‘Shocking to see 83-year-old woman on her own to Mt Kailash’

June 10th, 2009 - 5:59 pm ICT by IANS  

Bharatiya Janata Party Kathmandu, June 10 (IANS) As details start to come in about the casualties among Indians who went on a pilgrimage to Mount Kailash and the Mansarovar lake, the picture emerges of appalling ignorance about the weather conditions in Tibet and the hardship the land journey entails.
“We were shocked to see an 83-year-old woman going on her own,” said a pilgrim who identified himself as Ravi and who was part of a group of people from south India that returned to Kathmandu from the gruelling journey this week with one casualty — the 83-year-old woman who was not escorted by any relatives or friends.

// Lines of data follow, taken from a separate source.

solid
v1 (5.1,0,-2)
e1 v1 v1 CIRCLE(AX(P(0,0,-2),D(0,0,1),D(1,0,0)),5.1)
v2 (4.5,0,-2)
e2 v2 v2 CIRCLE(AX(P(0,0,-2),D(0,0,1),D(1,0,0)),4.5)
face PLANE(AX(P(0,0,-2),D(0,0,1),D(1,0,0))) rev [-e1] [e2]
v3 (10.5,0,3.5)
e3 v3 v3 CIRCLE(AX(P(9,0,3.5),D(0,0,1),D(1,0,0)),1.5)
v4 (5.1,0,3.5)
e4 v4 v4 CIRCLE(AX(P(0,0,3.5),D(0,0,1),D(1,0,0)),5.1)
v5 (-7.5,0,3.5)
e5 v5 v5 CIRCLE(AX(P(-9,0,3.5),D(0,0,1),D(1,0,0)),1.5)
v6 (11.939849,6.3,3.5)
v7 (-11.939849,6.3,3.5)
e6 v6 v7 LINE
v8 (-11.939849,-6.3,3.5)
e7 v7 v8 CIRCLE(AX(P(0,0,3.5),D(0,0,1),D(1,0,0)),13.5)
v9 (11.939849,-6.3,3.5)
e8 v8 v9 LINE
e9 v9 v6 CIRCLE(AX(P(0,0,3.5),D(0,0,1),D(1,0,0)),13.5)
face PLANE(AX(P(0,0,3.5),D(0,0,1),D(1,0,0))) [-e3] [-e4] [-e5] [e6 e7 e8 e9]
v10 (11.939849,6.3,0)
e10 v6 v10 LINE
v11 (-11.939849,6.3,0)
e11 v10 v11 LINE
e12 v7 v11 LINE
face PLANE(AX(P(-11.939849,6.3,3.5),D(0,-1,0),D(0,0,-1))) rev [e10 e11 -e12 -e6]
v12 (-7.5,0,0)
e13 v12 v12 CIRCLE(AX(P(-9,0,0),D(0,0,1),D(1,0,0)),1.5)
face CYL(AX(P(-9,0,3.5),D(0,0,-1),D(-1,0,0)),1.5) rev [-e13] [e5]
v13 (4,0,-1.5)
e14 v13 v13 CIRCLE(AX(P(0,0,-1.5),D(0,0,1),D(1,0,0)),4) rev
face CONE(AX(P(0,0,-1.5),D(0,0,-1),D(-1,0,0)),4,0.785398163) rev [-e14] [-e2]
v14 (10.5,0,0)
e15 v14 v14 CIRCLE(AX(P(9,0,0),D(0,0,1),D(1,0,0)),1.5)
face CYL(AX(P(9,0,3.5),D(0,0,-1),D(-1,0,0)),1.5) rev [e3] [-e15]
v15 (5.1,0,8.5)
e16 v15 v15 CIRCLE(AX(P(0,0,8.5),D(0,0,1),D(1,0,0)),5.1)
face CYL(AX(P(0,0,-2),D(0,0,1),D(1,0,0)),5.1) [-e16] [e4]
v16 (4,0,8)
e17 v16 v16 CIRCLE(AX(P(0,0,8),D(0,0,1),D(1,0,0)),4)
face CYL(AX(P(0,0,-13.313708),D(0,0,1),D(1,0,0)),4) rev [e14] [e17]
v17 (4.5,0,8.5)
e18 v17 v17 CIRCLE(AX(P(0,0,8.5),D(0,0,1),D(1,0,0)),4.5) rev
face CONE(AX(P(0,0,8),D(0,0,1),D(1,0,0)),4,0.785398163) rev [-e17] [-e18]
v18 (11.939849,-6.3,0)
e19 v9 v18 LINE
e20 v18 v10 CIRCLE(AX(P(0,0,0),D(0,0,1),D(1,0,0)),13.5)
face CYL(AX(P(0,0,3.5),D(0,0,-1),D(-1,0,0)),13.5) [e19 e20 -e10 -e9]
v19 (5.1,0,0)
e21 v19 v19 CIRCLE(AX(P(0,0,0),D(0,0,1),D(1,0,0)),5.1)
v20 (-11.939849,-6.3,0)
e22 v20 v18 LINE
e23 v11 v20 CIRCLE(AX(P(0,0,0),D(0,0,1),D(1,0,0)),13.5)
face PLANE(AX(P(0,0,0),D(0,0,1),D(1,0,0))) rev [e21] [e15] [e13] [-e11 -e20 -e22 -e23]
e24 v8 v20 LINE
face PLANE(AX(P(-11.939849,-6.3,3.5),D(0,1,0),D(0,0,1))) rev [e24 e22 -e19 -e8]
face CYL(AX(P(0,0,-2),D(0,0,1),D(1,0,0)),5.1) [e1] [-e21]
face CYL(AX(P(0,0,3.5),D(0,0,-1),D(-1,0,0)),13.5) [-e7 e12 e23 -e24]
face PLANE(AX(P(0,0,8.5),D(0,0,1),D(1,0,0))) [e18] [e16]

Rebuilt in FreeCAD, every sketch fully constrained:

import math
import FreeCAD as App
import Part
import Sketcher

V = App.Vector
Q = App.Units.Quantity


def edges_at(feature, points):
    """Names of the edges that pass closest to the given points."""
    edges = feature.Shape.Edges
    near = lambda p: min(range(len(edges)), key=lambda i: edges[i].distToShape(Part.Vertex(*p))[0])
    return sorted({f"Edge{near(p) + 1}" for p in points})

doc = App.newDocument("Part")
params = doc.addObject("Spreadsheet::Sheet", "Params")
for row, (alias, value) in enumerate([
    ("sketch1_diameter", "3 mm"),
    ("sketch1_radius", "13.5 mm"),
    ("pad1_length", "3.5 mm"),
    ("sketch2_diameter", "10.2 mm"),
    ("pad2_length", "5 mm"),
    ("pad2_length2", "5.5 mm"),
    ("sketch3_diameter", "8 mm"),
    ("pocket1_length", "10.5 mm"),
    ("chamfer_size", "0.5 mm"),
], start=1):
    params.set(f"A{row}", alias)
    params.set(f"B{row}", "=" + value)
    params.setAlias(f"B{row}", alias)

body = doc.addObject("PartDesign::Body", "Body")

# Sketch on XY plane
sketch1 = body.newObject("Sketcher::SketchObject", "Sketch")
sketch1.AttachmentSupport = (doc.getObject("XY_Plane"), [""])
sketch1.MapMode = "FlatFace"
sketch1.addGeometry([
    Part.LineSegment(V(11.9, 6.3, 0), V(-11.9, 6.3, 0)),  # 0
    Part.ArcOfCircle(Part.Circle(V(0, 0, 0), V(0, 0, 1), 13.5), math.radians(152), math.radians(208)),  # 1
    Part.LineSegment(V(-11.9, -6.3, 0), V(11.9, -6.3, 0)),  # 2
    Part.ArcOfCircle(Part.Circle(V(0, 0, 0), V(0, 0, 1), 13.5), math.radians(-28), math.radians(28)),  # 3
    Part.Circle(V(9, 0, 0), V(0, 0, 1), 1.5),  # 4
    Part.Circle(V(-9, 0, 0), V(0, 0, 1), 1.5),  # 5
], False)
sketch1.addConstraint([
    Sketcher.Constraint("Coincident", 0, 2, 1, 1),
    Sketcher.Constraint("Coincident", 1, 2, 2, 1),
    Sketcher.Constraint("Coincident", 2, 2, 3, 1),
    Sketcher.Constraint("Coincident", 3, 2, 0, 1),
    Sketcher.Constraint("Horizontal", 0),
    Sketcher.Constraint("Horizontal", 2),
    Sketcher.Constraint("Coincident", 1, 3, -1, 1),
    Sketcher.Constraint("Coincident", 3, 3, -1, 1),
    Sketcher.Constraint("Equal", 1, 3),
    Sketcher.Constraint("Equal", 4, 5),
    Sketcher.Constraint("Symmetric", 4, 3, 5, 3, -1, 1),
    Sketcher.Constraint("PointOnObject", 4, 3, -1),
    Sketcher.Constraint("Vertical", 0, 2, 1, 2),
    Sketcher.Constraint("Diameter", 4, Q("3 mm")),
    Sketcher.Constraint("Radius", 1, Q("13.5 mm")),
    Sketcher.Constraint("DistanceX", -1, 1, 4, 3, Q("9 mm")),
    Sketcher.Constraint("DistanceY", -1, 1, 0, 2, Q("6.3 mm")),
])
sketch1.setExpression("Constraints[13]", "Params.sketch1_diameter")
sketch1.setExpression("Constraints[14]", "Params.sketch1_radius")
pad1 = body.newObject("PartDesign::Pad", "Pad")
pad1.Profile = sketch1
pad1.setExpression("Length", "Params.pad1_length")

# Sketch on XY plane
sketch2 = body.newObject("Sketcher::SketchObject", "Sketch001")
sketch2.AttachmentSupport = (doc.getObject("XY_Plane"), [""])
sketch2.MapMode = "FlatFace"
sketch2.AttachmentOffset = App.Placement(V(0, 0, 3.5), App.Rotation())
sketch2.addGeometry(Part.Circle(V(0, 0, 0), V(0, 0, 1), 5), False)
sketch2.addConstraint([
    Sketcher.Constraint("Coincident", 0, 3, -1, 1),
    Sketcher.Constraint("Diameter", 0, Q("10.2 mm")),
])
sketch2.setExpression("Constraints[1]", "Params.sketch2_diameter")
pad2 = body.newObject("PartDesign::Pad", "Pad001")
pad2.Profile = sketch2
pad2.Type = "TwoLengths"
pad2.setExpression("Length", "Params.pad2_length")
pad2.setExpression("Length2", "Params.pad2_length2")

# Sketch on XY plane
sketch3 = body.newObject("Sketcher::SketchObject", "Sketch002")
sketch3.AttachmentSupport = (doc.getObject("XY_Plane"), [""])
sketch3.MapMode = "FlatFace"
sketch3.AttachmentOffset = App.Placement(V(0, 0, 8.5), App.Rotation())
sketch3.addGeometry(Part.Circle(V(0, 0, 0), V(0, 0, 1), 4), False)
sketch3.addConstraint([
    Sketcher.Constraint("Coincident", 0, 3, -1, 1),
    Sketcher.Constraint("Diameter", 0, Q("8 mm")),
])
sketch3.setExpression("Constraints[1]", "Params.sketch3_diameter")
pocket1 = body.newObject("PartDesign::Pocket", "Pocket")
pocket1.Profile = sketch3
pocket1.setExpression("Length", "Params.pocket1_length")
doc.recompute()

chamfer = body.newObject("PartDesign::Chamfer", "Chamfer")
chamfer.Base = (pocket1, edges_at(pocket1, [(-4, 0, 8.5), (-4, 0, -2)]))
chamfer.setExpression("Size", "Params.chamfer_size")

doc.recompute()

The woman, Sarala Devi from Ghantasala, Chennai, fell ill at the base camp of Mt Kailash and subsequently died. Her body was brought to Kathmandu where her son and daughter arrived this week to receive it.

The 83-year-old was cremated at the Arryaghat at the Pashupatinath temple here.

Ravi says the sight of Sarala Devi coming alone shocked the entire group.

At the foot of the 6,638-metre mountain, the temperature dropped to minus 5 degrees and a torrential wind buffeted the pilgrims. The high altitude, freezing cold as well as the exhausting overland journey and advanced age contributed to Sarala Devi’s death.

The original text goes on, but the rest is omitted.